Wykreślenie homoseksualizmu z listy zaburzeń psychicznych odbyło się w trybie politycznego głosowania pod naciskiem i szantażem lobby homoseksualnego. Idąc tym tropem można byłoby również przegłosować, że żadnym zaburzeniem nie jest np. pedofilia ani zoofilia, gdyż zjawiska te występują w rzeczywistości społecznej – uważa posłanka PiS

Publikacja: 16.04.2013 21:00

Krystyna Pawłowicz

Krystyna Pawłowicz

Foto: Fotorzepa, Jerzy Dudek JD Jerzy Dudek

Red

Konstytucja wyraźnie mówi, że państwo nie może uprzywilejowywać żadnej innej relacji niż małżeństwo, czyli związek kobiety i mężczyzny. Nie może także wprowadzać żadnych przepisów, które podważałyby wagę tej instytucji, a państwo ma psi, konstytucyjny obowiązek by instytucję małżeństwa chronić. Z regulacjami konstytucyjnymi kłócą się takie działania, których celem jest wprowadzenie regulacji prawnych, mających na celu zinstytucjonalizowanie związków niebędących małżeństwem a imitujących je.

Fałszywi konserwatyści

Spójrzmy w tej perspektywie na ogłoszone niedawno pomysły prawne prezydenta i polityków Platformy, które dotyczą związków homoseksualnych. Politycy ci proponują instytucjonalizację takich związków poprzez umowy cywilne (prezydent) lub innego rodzaju oświadczenia (poseł Jacek Żalek i minister Jarosław Gowin).

Ośrodek prezydencki i rządowy mimo porażki w Sejmie ciągle rozważają, jak i jakie uprawnienia homoseksualistom przyznać aby osiągnąć tzw. kompromis, który byłby zgodny z Konstytucją. Zarówno prezydent Komorowski jak i poseł Żalek czy minister Gowin wprowadzają nas wszystkich w błąd, bowiem KAŻDA propozycja, która przyznawać będzie choćby jedno uprawnienie osobom będącym w relacjach homoseksualnych, oczywiście będzie sprzeczna z Konstytucją.

Prezydenckie propozycje regulacji związków homoseksualnych dowodzą, że prezydent nie może nazywać siebie ani konserwatystą, ani tym bardziej katolikiem. Podobnie pan poseł Jacek Żalek i minister Jarosław Gowin, którzy jako katolicy powinni mówić językiem biblijnym: „tak, tak, nie, nie. A co nadto jest, od Złego pochodzi..." W sprawach objętych jasno wyłożoną nauką  Kościoła nie może być żadnego kompromisu, tak jak i nie może być żadnego kompromisu między wodą i ogniem.
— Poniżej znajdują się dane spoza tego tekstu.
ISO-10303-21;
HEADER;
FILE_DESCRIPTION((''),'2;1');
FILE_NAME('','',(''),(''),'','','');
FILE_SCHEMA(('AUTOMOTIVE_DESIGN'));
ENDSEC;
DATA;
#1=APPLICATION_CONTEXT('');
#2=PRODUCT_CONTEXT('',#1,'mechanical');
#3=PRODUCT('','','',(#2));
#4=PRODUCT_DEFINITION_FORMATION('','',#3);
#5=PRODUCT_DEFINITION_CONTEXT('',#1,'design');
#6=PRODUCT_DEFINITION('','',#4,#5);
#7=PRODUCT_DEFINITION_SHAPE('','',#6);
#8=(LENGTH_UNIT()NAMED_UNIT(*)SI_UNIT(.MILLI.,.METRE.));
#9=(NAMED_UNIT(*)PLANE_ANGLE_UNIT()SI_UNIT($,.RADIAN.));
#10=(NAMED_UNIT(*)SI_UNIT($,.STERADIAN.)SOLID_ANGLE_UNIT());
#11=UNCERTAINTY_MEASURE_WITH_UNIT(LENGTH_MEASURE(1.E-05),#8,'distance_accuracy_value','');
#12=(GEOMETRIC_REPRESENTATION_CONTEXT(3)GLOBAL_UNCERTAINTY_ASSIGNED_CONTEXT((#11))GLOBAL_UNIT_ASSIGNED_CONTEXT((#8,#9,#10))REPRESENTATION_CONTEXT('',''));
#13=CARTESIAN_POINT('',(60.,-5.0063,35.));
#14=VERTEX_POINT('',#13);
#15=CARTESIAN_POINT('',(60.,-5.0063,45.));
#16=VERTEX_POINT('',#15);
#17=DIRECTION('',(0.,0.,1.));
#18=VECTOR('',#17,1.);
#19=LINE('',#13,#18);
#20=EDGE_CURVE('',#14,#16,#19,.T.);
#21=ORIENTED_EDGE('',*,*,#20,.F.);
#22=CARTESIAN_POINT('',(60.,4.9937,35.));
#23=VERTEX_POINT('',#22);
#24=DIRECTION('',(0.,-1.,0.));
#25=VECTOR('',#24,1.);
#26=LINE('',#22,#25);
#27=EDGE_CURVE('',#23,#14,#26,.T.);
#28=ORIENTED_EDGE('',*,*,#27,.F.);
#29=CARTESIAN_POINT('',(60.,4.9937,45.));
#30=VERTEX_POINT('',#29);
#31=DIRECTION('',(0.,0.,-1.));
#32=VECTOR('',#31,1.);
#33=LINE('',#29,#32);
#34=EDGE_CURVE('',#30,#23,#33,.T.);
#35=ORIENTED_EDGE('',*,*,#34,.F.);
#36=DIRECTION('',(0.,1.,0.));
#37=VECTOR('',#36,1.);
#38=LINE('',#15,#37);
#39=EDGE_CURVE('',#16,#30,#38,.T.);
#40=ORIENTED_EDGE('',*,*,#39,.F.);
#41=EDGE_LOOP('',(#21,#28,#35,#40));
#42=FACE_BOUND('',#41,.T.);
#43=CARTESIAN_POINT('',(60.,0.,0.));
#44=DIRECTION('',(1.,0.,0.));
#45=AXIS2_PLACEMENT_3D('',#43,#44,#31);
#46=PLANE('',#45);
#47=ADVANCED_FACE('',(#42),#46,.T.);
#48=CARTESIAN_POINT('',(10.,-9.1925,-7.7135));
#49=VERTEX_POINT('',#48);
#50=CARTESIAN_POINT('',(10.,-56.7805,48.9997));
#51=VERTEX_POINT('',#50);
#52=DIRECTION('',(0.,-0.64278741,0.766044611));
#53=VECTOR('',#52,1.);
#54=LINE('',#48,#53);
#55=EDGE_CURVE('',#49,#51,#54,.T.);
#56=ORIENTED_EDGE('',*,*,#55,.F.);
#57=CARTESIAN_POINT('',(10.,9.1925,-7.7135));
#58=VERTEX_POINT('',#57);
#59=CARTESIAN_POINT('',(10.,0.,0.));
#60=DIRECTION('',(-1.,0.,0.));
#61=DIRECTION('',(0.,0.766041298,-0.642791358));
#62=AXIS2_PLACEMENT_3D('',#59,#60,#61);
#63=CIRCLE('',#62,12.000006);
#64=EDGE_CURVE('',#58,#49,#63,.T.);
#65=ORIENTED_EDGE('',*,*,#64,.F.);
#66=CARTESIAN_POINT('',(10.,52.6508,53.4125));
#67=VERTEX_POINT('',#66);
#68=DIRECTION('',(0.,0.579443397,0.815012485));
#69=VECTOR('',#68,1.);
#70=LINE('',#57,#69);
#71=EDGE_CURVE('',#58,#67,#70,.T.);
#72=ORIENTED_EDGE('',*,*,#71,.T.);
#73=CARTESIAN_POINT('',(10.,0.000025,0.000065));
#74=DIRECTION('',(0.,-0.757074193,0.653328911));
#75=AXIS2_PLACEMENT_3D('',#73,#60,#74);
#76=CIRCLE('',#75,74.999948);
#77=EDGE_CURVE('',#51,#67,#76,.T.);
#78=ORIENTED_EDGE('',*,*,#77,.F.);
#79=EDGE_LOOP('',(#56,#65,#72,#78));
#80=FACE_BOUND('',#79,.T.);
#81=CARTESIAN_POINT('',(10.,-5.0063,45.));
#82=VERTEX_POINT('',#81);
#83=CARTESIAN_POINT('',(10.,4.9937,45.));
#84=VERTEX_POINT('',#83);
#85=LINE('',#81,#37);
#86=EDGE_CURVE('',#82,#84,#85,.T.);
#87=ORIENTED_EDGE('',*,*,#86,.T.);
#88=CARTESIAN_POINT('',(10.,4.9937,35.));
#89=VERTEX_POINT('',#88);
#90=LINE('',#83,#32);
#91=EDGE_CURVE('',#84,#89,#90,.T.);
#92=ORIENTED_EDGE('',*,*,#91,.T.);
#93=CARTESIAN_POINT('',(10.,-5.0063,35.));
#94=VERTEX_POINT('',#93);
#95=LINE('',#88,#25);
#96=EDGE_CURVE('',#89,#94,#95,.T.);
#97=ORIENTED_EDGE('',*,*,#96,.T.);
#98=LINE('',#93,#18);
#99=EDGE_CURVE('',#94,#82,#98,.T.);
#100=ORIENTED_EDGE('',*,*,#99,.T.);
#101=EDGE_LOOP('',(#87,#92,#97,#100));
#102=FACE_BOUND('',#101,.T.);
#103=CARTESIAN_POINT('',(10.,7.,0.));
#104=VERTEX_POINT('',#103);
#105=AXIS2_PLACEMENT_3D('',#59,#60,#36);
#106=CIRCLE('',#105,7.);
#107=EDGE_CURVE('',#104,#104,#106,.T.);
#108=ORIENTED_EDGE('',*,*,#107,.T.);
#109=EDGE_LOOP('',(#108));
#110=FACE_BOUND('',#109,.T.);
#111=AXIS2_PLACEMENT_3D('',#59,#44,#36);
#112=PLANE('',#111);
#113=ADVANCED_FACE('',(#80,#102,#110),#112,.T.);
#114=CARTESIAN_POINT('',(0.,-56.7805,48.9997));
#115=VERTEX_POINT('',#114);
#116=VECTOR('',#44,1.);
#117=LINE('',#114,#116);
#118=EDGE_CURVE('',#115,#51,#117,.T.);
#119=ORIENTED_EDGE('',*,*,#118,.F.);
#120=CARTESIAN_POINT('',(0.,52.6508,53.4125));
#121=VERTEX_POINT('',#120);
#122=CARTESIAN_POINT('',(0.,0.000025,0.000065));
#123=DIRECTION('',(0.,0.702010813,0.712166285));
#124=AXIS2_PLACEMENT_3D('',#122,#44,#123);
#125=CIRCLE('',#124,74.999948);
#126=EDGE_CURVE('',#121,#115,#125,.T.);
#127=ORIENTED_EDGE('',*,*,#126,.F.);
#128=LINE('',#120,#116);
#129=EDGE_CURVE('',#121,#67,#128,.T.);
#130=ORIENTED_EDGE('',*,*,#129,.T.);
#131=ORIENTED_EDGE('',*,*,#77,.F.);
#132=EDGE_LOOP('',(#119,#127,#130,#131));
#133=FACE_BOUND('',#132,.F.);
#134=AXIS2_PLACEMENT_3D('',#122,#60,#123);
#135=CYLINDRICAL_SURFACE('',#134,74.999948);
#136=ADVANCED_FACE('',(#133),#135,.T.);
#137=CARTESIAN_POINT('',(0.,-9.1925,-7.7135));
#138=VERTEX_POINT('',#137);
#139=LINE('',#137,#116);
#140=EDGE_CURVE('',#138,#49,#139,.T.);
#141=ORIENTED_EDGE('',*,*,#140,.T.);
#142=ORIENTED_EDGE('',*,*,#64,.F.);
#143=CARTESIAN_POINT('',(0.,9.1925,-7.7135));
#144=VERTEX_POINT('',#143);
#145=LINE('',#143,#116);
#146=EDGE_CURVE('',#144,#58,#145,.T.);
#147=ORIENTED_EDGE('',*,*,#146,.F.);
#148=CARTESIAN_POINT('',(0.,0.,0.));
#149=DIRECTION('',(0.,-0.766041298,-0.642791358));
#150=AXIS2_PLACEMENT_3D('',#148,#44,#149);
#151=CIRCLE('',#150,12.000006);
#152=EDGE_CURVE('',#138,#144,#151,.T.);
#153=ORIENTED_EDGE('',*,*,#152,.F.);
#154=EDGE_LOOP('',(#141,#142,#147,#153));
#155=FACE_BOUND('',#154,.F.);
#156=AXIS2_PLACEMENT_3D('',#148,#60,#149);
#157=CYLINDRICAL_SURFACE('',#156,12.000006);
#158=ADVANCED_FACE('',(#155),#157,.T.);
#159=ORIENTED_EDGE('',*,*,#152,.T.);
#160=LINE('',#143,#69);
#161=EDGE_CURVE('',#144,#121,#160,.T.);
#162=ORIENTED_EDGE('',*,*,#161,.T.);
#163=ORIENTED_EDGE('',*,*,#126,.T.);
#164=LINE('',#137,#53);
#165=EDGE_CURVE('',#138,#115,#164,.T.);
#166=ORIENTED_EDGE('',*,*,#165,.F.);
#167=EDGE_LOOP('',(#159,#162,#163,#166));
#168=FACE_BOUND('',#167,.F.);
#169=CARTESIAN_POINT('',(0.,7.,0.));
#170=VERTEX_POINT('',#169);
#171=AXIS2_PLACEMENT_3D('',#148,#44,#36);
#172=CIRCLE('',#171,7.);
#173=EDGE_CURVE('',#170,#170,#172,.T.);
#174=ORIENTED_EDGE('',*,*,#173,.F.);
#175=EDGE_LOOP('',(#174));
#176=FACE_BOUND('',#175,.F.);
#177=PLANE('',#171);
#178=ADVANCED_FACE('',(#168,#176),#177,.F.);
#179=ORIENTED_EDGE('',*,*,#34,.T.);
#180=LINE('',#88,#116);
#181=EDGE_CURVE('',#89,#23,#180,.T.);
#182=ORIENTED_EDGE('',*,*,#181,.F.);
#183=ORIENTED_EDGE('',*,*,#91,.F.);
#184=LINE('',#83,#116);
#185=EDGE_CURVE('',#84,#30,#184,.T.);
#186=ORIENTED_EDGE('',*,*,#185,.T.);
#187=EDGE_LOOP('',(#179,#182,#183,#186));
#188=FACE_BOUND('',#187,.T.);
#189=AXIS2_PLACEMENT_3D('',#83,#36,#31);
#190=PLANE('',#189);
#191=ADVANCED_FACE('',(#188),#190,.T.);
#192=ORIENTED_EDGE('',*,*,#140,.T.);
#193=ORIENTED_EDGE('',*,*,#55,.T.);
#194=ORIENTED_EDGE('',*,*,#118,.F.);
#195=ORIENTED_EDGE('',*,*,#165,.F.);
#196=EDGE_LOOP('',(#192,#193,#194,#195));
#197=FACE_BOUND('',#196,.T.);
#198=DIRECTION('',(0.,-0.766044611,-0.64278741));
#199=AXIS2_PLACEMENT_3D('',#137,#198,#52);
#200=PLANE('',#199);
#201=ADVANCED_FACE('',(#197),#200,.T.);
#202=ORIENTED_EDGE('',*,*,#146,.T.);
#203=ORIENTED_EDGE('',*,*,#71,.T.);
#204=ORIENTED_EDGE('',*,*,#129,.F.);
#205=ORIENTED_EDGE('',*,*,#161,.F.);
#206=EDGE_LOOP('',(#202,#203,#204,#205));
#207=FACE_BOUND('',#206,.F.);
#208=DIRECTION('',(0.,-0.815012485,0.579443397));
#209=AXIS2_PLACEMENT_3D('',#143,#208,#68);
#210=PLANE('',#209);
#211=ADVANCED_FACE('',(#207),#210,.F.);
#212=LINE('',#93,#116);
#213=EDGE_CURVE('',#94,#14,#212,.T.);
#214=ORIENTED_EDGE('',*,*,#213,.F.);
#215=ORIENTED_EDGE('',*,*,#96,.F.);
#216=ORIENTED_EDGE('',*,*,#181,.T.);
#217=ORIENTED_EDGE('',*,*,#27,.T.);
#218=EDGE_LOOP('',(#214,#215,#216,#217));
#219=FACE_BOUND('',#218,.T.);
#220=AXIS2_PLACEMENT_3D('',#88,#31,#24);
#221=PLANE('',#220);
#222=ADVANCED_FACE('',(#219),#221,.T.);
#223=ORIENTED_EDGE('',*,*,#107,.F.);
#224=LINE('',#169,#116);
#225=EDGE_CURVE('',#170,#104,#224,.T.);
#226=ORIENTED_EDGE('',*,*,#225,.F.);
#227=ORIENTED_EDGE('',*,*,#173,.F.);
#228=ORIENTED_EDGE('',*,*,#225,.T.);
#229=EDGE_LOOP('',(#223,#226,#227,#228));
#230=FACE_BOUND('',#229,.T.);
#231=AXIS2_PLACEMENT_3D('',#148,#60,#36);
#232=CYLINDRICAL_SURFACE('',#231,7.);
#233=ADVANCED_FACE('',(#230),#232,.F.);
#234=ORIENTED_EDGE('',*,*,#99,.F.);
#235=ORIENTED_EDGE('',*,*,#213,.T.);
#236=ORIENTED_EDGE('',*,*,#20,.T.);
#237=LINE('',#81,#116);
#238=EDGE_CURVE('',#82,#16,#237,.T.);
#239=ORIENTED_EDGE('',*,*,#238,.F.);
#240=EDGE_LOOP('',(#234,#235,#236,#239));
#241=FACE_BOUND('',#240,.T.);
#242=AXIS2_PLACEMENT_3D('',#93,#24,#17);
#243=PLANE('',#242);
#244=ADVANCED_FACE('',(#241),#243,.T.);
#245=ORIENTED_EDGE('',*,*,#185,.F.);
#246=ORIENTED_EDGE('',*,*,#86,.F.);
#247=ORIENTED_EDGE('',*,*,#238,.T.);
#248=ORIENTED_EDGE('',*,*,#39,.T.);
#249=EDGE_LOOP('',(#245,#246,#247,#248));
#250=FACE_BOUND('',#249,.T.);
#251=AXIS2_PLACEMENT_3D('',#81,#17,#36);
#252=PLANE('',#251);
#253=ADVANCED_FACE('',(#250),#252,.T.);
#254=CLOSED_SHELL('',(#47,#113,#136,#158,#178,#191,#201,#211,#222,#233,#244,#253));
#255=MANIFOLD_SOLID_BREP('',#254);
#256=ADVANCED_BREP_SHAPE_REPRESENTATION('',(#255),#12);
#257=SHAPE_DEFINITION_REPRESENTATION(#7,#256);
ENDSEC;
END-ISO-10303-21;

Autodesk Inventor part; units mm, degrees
ref_plane "YZ Plane" through (0, 0, 0) normal (1, 0, 0) x (0, 1, 0)
ref_plane "XZ Plane" through (0, 0, 0) normal (0, 1, 0) x (-1, 0, 0)
ref_plane "XY Plane" through (0, 0, 0) normal (0, 0, 1) x (1, 0, 0)
sketch "Sketch1" plane through (0, 0, 0) normal (1, 0, 0) x (0, 1, 0)
  arc A0 (52.6508, 53.4125) -> (-56.7805, 48.9997) centre (0, 0) ccw
  circle A1 centre (0, 0) radius 7
  arc A2 (-9.1925, -7.7135) -> (9.1925, -7.7135) centre (0, 0) ccw
  line L0 (-9.1925, -7.7135) -> (-56.7805, 48.9997)
  line L1 (0, -37.4043) -> (0, 140.4256) projected
  line L2 (9.1925, -7.7135) -> (52.6508, 53.4125)
  point P0 (-112.1792, 115.0213)
  point P1 (112.1792, 115.0213)
  dimension "d0" = 150
  dimension "d1" = 14
  dimension "d2" = 5
  dimension "d3" = 40
extrude "Extrusion1" add sketch "Sketch1" along normal blind 10 contours L2 A2 L1 A1 A0 | L1 A1 A2 L0 A0
sketch "Sketch2" plane through (10, 0, 0) normal (1, 0, 0) x (0, 0, -1)
  line L0 (-35, -5.0063) -> (-45, -5.0063)
  line L1 (-45, -5.0063) -> (-45, 4.9937)
  line L2 (-45, 4.9937) -> (-35, 4.9937)
  line L3 (-35, 4.9937) -> (-35, -5.0063)
  point P0 (0, 0)
  dimension "d6" = 10
  dimension "d7" = 10
  dimension "d10" = 35
extrude "Extrusion2" add sketch "Sketch2" along normal blind 50
properties part number "pitch gear v2"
Niektórzy mogą nazywać prezydenta konserwatywnym czy katolickim, ale nieprawdziwości tych określeń dowodzą jego poglądy prezentowane w życiu publicznym, np. gdy chwali on metodę in vitro. Podobnie podejście prezydenta ale i posła Żalka i ministra Gowina do związków homoseksualnych kłóci się z nauczaniem Kościoła, przywołanym ostatnio przez nowego papieża Franciszka. Ustalenia nauki społecznej Kościoła w tej kwestii są jasne i obowiązują wszystkich katolików.

Nadużyciem jest gdy poseł Jacek Żalek czy minister Jarosław Gowin próbują określić relacje homoseksualne jako „faktyczne wspólne pożycie". Rzecz w tym, że określenie „wspólne pożycie" dotyczyć może WYŁĄCZNIE relacji kobieta-mężczyzna, gdyż oznacza wspólnotę duchową, ekonomiczną, ale również współżycie fizyczne. Wielokrotnie stwierdzał to w swym orzecznictwie Sąd Najwyższy.

W żadnym wypadku nie można przyjąć, że relacje fizyczne osób homo są czymś naturalnym i oznaczają to samo, co współżycie fizyczne między kobietą i mężczyzną w celu prokreacji. Jeszcze raz powtórzę: relacje homoseksualne są jałowe indywidualnie, ale też społecznie i żadne demokratyczne głosowania nie zmienią tej oczywistości.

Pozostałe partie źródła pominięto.